* [Exercise data]:
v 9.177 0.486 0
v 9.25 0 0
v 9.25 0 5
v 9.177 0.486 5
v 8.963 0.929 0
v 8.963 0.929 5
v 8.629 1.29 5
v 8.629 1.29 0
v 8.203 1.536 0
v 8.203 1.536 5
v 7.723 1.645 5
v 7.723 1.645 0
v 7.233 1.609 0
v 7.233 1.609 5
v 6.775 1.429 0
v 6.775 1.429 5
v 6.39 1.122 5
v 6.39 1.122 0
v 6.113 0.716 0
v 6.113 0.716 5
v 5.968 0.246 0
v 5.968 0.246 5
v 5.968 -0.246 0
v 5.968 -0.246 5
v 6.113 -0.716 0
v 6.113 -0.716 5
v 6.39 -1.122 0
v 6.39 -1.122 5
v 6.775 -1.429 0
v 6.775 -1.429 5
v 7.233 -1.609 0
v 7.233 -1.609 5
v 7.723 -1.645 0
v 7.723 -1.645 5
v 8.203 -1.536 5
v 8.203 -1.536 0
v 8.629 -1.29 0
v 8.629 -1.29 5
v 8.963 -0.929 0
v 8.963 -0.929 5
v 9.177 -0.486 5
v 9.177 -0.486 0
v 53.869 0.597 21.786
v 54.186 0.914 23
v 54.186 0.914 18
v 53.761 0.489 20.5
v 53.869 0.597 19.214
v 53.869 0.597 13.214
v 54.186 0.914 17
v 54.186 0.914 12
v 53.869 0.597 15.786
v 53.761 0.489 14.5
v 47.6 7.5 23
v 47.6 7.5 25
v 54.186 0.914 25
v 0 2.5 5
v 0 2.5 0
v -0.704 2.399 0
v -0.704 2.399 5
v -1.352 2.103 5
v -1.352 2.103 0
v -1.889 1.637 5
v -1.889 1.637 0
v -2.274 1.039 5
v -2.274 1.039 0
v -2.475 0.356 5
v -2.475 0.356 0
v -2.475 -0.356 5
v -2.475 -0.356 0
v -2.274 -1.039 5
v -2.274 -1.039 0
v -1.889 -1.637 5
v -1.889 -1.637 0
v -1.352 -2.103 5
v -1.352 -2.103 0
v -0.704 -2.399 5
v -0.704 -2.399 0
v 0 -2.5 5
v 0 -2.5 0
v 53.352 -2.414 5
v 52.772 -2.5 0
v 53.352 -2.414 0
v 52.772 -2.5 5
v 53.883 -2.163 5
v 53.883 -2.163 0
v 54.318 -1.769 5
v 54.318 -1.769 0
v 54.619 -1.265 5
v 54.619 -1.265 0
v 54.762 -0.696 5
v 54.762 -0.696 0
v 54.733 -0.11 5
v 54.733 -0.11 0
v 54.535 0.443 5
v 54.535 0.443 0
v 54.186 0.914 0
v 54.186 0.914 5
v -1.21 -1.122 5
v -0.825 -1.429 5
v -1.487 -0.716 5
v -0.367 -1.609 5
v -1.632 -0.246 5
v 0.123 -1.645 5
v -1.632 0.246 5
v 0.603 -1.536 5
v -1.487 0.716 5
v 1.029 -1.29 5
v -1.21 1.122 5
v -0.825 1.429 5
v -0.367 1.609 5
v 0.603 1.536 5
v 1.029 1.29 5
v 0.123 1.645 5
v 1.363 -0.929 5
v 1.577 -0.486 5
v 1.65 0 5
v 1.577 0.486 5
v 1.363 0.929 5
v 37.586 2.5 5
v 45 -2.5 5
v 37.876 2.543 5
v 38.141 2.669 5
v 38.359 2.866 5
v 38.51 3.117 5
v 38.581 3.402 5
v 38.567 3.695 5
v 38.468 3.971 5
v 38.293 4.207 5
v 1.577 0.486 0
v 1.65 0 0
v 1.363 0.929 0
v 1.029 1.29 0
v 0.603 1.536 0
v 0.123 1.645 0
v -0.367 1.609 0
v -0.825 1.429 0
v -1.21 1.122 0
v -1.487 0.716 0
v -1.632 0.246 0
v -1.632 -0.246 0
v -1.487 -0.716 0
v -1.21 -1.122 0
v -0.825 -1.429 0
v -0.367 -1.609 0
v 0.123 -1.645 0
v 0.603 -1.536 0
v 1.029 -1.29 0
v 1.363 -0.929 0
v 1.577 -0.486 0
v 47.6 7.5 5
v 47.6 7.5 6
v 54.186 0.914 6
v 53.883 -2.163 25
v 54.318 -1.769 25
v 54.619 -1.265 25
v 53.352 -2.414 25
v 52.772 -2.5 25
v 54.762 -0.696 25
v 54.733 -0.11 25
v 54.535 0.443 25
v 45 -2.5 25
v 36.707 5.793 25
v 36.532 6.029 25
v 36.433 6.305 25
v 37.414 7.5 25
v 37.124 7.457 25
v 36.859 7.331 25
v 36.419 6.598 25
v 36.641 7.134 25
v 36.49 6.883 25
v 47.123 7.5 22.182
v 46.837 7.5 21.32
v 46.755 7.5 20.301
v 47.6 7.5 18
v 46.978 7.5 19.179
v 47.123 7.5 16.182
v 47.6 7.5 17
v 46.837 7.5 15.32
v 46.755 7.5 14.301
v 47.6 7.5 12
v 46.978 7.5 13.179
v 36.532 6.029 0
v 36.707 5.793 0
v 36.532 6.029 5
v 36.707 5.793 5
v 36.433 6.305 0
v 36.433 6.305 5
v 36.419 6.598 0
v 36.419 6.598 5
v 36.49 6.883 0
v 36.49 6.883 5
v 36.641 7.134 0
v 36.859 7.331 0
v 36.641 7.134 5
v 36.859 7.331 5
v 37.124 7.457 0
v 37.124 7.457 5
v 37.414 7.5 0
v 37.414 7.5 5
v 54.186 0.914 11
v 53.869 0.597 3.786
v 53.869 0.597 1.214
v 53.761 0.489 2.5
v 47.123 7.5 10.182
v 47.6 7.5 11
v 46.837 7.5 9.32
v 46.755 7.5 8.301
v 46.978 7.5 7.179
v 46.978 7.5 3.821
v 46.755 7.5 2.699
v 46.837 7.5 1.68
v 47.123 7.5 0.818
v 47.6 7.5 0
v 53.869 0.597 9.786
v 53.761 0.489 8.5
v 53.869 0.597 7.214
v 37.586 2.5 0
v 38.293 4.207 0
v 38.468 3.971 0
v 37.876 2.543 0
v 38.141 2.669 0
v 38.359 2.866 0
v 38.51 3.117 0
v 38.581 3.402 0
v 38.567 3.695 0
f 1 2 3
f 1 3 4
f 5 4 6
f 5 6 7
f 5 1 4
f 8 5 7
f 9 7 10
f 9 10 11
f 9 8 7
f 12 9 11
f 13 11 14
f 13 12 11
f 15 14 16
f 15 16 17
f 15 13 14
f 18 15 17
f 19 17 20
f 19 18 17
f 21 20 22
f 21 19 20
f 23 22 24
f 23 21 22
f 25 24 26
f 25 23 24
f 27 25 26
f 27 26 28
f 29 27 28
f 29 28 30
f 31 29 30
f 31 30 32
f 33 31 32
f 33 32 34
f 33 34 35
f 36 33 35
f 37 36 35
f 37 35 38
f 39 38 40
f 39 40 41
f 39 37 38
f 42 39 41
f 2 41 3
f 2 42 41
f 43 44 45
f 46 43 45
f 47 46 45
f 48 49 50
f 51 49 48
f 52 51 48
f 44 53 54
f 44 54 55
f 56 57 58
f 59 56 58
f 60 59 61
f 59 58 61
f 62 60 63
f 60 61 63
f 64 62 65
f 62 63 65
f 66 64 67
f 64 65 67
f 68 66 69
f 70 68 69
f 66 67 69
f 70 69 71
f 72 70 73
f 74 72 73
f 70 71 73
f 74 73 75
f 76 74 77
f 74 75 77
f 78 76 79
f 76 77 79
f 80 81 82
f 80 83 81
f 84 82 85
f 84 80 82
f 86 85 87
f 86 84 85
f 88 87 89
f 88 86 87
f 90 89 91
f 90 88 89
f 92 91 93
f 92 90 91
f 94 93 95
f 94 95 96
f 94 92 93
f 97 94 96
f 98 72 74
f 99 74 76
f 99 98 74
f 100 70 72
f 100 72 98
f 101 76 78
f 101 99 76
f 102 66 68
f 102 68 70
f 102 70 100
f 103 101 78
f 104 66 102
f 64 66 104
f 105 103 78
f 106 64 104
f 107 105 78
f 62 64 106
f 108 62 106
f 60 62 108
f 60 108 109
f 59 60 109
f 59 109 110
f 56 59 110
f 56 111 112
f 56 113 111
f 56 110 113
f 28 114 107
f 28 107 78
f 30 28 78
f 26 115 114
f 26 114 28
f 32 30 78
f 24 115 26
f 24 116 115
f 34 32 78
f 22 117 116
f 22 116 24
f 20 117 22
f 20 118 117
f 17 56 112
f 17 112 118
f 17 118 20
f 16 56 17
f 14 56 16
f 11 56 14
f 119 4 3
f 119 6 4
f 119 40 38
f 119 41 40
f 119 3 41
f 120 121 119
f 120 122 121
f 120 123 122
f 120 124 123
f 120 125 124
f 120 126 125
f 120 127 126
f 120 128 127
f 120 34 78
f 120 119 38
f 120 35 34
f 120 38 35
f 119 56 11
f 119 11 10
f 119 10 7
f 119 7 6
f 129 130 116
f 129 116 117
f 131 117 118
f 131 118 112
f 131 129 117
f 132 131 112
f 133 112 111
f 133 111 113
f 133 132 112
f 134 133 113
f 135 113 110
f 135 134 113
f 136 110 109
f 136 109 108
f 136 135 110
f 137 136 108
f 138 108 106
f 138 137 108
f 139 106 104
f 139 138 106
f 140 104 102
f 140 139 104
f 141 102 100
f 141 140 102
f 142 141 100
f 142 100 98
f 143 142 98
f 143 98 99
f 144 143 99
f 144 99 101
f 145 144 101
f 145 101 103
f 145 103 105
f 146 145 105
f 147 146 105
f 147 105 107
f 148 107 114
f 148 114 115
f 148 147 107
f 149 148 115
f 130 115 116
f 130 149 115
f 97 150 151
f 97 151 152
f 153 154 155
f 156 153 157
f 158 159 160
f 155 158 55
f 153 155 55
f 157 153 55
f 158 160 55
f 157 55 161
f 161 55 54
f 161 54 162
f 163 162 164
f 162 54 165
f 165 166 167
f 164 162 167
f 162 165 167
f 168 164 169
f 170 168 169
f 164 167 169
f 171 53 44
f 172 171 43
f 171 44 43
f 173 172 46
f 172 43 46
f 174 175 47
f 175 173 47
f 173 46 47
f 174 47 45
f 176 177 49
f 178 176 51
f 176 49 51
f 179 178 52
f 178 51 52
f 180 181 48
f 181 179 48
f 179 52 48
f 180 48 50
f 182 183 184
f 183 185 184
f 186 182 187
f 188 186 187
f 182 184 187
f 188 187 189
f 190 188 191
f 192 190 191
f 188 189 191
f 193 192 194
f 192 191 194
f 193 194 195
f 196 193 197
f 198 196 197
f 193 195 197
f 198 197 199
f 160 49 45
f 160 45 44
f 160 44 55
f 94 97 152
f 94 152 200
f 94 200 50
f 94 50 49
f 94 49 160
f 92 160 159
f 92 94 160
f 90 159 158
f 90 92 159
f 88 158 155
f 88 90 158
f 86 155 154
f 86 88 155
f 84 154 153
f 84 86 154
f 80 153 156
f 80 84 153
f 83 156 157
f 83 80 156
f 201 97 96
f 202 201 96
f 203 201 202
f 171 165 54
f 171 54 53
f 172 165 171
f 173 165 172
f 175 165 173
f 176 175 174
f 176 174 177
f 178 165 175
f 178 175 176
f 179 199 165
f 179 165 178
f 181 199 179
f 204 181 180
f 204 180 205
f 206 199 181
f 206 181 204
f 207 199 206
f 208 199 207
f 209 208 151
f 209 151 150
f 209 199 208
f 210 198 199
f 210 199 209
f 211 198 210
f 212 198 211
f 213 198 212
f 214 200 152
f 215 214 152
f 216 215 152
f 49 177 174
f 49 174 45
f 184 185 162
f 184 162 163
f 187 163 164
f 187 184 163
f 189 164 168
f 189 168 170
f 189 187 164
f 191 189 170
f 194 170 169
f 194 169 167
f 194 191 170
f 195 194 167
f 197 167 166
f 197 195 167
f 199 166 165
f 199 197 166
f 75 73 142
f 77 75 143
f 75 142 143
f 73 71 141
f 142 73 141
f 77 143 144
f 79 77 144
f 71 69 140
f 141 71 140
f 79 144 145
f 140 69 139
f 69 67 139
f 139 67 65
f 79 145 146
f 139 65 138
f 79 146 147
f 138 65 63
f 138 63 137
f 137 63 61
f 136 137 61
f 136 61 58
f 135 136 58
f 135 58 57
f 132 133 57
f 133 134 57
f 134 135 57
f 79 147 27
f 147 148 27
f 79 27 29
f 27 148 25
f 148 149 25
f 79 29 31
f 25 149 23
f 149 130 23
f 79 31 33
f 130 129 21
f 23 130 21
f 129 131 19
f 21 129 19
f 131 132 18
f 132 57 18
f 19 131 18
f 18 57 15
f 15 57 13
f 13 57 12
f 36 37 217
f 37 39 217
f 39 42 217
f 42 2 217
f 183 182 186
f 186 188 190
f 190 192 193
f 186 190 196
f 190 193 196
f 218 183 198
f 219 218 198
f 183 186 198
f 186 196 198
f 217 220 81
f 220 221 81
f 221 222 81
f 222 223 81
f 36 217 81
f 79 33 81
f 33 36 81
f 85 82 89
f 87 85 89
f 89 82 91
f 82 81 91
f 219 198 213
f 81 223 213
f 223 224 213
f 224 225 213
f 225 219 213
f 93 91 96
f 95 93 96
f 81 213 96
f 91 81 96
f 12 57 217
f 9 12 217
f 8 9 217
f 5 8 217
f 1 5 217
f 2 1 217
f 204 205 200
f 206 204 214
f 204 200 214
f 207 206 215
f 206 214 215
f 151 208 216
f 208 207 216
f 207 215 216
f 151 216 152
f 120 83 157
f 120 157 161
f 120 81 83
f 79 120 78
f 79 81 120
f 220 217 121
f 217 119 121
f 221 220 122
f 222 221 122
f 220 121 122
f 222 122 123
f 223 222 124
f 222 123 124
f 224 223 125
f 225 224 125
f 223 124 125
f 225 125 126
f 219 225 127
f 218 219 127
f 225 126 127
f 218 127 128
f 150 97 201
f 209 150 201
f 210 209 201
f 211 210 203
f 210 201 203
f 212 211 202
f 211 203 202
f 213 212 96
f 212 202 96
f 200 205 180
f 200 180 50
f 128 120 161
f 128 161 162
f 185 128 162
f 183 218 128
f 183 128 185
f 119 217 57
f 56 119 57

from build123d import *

# Parameters (mm, degrees)
SKETCH2_R           = 1.65
BOSS_EXTRUDE1_DEPTH = 5
FILLET1_R           = 2
FILLET2_R           = 1
FILLET3_R           = 1
SKETCH3_R           = 5.5
CUT_EXTRUDE1_DEPTH  = 34
BOSS_EXTRUDE2_DEPTH = 20
LPATTERN1_COUNT     = 4
LPATTERN1_PITCH     = 6


with BuildPart() as part:
    # Sketch2 → Boss-Extrude1 (new body)
    with BuildSketch(Plane.XY):
        with BuildLine():
            Line((40, 2.5), (0, 2.5))
            ThreePointArc((0, 2.5), (-2.5, 0), (0, -2.5))
            Line((0, -2.5), (57.6, -2.5))
            Line((57.6, -2.5), (47.6, 7.5))
            Line((47.6, 7.5), (35, 7.5))
            Line((35, 7.5), (40, 2.5))
        make_face()
        with Locations((7.6, 0)):
            Circle(SKETCH2_R, mode=Mode.SUBTRACT)
        Circle(SKETCH2_R, mode=Mode.SUBTRACT)
    extrude(amount=BOSS_EXTRUDE1_DEPTH)

    # Fillet1
    fillet1_edges = [part.edges().sort_by_distance(p)[0] for p in [
        (57.6, -2.5, 2.5),
    ]]
    fillet(fillet1_edges, radius=FILLET1_R)

    # Fillet2
    fillet2_edges = [part.edges().sort_by_distance(p)[0] for p in [
        (40, 2.5, 2.5),
    ]]
    fillet(fillet2_edges, radius=FILLET2_R)

    # Fillet3
    fillet3_edges = [part.edges().sort_by_distance(p)[0] for p in [
        (35, 7.5, 2.5),
    ]]
    fillet(fillet3_edges, radius=FILLET3_R)

    # Sketch3 → Cut-Extrude1 (cut)
    with BuildSketch(Plane(origin=(26.635786438, -26.635786438, 0), x_dir=(0, 0, -1), z_dir=(0.707106781, -0.707106781, 0))):
        with Locations((-2.5, 43.860563129)):
            Circle(SKETCH3_R)
    cut_extrude1 = extrude(amount=-CUT_EXTRUDE1_DEPTH, mode=Mode.SUBTRACT)

    # Sketch4 → Boss-Extrude2 (add)
    with BuildSketch(Plane.XY.offset(5)):
        with BuildLine():
            Line((37.414213562, 7.5), (47.6, 7.5))
            Line((47.6, 7.5), (54.185786438, 0.914213562))
            ThreePointArc((54.185786438, 0.914213562), (54.61933194, -1.265366865), (52.771572875, -2.5))
            Line((52.771572875, -2.5), (45, -2.5))
            Line((45, -2.5), (38.292893219, 4.207106781))
            Line((38.292893219, 4.207106781), (36.707106781, 5.792893219))
            ThreePointArc((36.707106781, 5.792893219), (36.49033403, 6.882683432), (37.414213562, 7.5))
        make_face()
    extrude(amount=BOSS_EXTRUDE2_DEPTH)

    # LPattern1: Cut-Extrude1 ×4
    with Locations(*[(0, 0, i * LPATTERN1_PITCH) for i in range(1, LPATTERN1_COUNT)]):
        add(cut_extrude1, mode=Mode.SUBTRACT)


solid = part.part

* [Task goal]:
Write out exactly the lines between the start of the entries and the line containing "v 8.203 -1.536 0", including that line and the first one.

* [Output for this task]:
v 9.177 0.486 0
v 9.25 0 0
v 9.25 0 5
v 9.177 0.486 5
v 8.963 0.929 0
v 8.963 0.929 5
v 8.629 1.29 5
v 8.629 1.29 0
v 8.203 1.536 0
v 8.203 1.536 5
v 7.723 1.645 5
v 7.723 1.645 0
v 7.233 1.609 0
v 7.233 1.609 5
v 6.775 1.429 0
v 6.775 1.429 5
v 6.39 1.122 5
v 6.39 1.122 0
v 6.113 0.716 0
v 6.113 0.716 5
v 5.968 0.246 0
v 5.968 0.246 5
v 5.968 -0.246 0
v 5.968 -0.246 5
v 6.113 -0.716 0
v 6.113 -0.716 5
v 6.39 -1.122 0
v 6.39 -1.122 5
v 6.775 -1.429 0
v 6.775 -1.429 5
v 7.233 -1.609 0
v 7.233 -1.609 5
v 7.723 -1.645 0
v 7.723 -1.645 5
v 8.203 -1.536 5
v 8.203 -1.536 0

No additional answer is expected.